In 1872, Reusch was excommunicated. For many years after this he held the post of Old Catholic curé of Bonn, as well as the position of vicar-general to the Old Catholic Bishop Reinkens, but resigned both in 1878, when, with Döllinger, he disapproved of the permission to marry granted by the Old Catholic Church in Germany to its clergy.

He retired into lay communion but continued to give lectures as usual in the Old Catholic Faculty of Theology at the University of Bonn, and to write on theological subjects. He was made rector of that university in 1873. In 1874 and 1875, he was the official reporter of the memorable Reunion Conferences held in Bonn in those years and attended by many distinguished theologians of the Oriental and Anglican communions. Reusch was a profound scholar and an untiring worker. Among his many works were contributions to the Revue internationale de theologie, a review started in Bern at the instance of the Old Catholic Congress in Lucerne. He wrote also works on the Old Testament; a pamphlet on Die Deutschen Bischöfe und der Aberglaube; and another on the falsifications to be found in the treatise of Aquinas against the Greeks; as well as essays on the history of the Society of Jesus, and a book of prayers.

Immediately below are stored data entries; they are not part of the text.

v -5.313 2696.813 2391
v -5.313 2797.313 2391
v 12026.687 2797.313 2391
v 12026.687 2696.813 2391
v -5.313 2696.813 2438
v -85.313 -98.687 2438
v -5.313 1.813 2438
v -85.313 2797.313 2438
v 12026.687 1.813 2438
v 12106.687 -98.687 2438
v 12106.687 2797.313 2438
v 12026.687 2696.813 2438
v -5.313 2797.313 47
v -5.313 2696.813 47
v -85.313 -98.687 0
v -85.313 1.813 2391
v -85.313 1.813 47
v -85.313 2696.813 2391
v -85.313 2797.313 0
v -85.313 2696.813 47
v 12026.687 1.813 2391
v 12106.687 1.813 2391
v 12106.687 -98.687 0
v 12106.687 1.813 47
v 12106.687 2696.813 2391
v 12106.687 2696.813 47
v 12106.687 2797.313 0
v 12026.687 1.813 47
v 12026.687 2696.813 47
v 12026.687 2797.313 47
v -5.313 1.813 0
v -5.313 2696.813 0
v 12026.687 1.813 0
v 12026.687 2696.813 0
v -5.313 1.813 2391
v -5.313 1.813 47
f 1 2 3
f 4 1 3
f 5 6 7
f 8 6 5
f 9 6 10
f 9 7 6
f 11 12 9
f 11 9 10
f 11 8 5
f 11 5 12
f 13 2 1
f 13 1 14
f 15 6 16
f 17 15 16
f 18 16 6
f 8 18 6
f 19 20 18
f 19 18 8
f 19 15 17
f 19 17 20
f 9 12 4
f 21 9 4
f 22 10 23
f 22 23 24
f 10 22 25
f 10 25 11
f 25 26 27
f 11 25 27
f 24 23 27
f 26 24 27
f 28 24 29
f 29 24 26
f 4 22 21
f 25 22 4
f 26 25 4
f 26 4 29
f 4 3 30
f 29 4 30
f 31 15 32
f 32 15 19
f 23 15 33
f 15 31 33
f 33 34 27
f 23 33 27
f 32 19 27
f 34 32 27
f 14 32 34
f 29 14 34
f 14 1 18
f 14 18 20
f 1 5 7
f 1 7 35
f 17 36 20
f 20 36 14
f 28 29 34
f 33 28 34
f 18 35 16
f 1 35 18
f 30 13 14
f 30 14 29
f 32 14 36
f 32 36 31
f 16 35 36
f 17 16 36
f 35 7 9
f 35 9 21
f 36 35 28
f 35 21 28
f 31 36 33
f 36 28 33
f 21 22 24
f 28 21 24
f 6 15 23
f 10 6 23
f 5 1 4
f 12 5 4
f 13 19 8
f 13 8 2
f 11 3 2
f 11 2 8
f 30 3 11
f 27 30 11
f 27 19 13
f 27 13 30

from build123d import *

# Parameters (mm, degrees)
SKETCH1_W           = 12192
SKETCH1_H           = 2896
SKETCH1_W_2         = 12032
SKETCH1_H_2         = 2695
BOSS_EXTRUDE1_DEPTH = 2438
SKETCH5_W           = 12032
SKETCH5_H           = 2344
CUT_EXTRUDE2_DEPTH  = 100.5
SKETCH6_W           = 2344
SKETCH6_H           = 2695
CUT_EXTRUDE5_DEPTH  = 12745.162178487


with BuildPart() as part:
    # Sketch1 → Boss-Extrude1 (new body)
    with BuildSketch(Plane.XY):
        with Locations((6010.686556927, 1349.313288066)):
            Rectangle(SKETCH1_W, SKETCH1_H)
        with Locations((6010.686556927, 1349.313288066)):
            Rectangle(SKETCH1_W_2, SKETCH1_H_2, mode=Mode.SUBTRACT)
    extrude(amount=BOSS_EXTRUDE1_DEPTH)

    # Sketch5 → Cut-Extrude2 (cut)
    with BuildSketch(Plane(origin=(0, 2797.313288066, 0), x_dir=(1, 0, 0), z_dir=(0, 1, 0))):
        with Locations((6010.686556927, -1219)):
            Rectangle(SKETCH5_W, SKETCH5_H)
    extrude(amount=-CUT_EXTRUDE2_DEPTH, mode=Mode.SUBTRACT)

    # Sketch6 → Cut-Extrude5 (cut, through all)
    with BuildSketch(Plane(origin=(12106.686556927, 0, 0), x_dir=(0, 0, -1), z_dir=(1, 0, 0))):
        with Locations((-1219, 1349.313288066)):
            Rectangle(SKETCH6_W, SKETCH6_H)
    extrude(amount=-CUT_EXTRUDE5_DEPTH, mode=Mode.SUBTRACT)


solid = part.part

His fame mainly rests on the works which he and Döllinger published jointly. These consisted of work on the Autobiography of Cardinal Bellarmine, the Geschichte der Moralstreitigkeiten in der Römisch-Katholischen Kirche seit dem XVI. Jahrhundert, and the Erörterungen über Leben und Schriften des hl. Liguori. During the last few years of his life, he was stricken with paralysis. He died in Bonn leaving behind a collection of letters to Bunsen about Roman cardinals and prelates, which has since been published.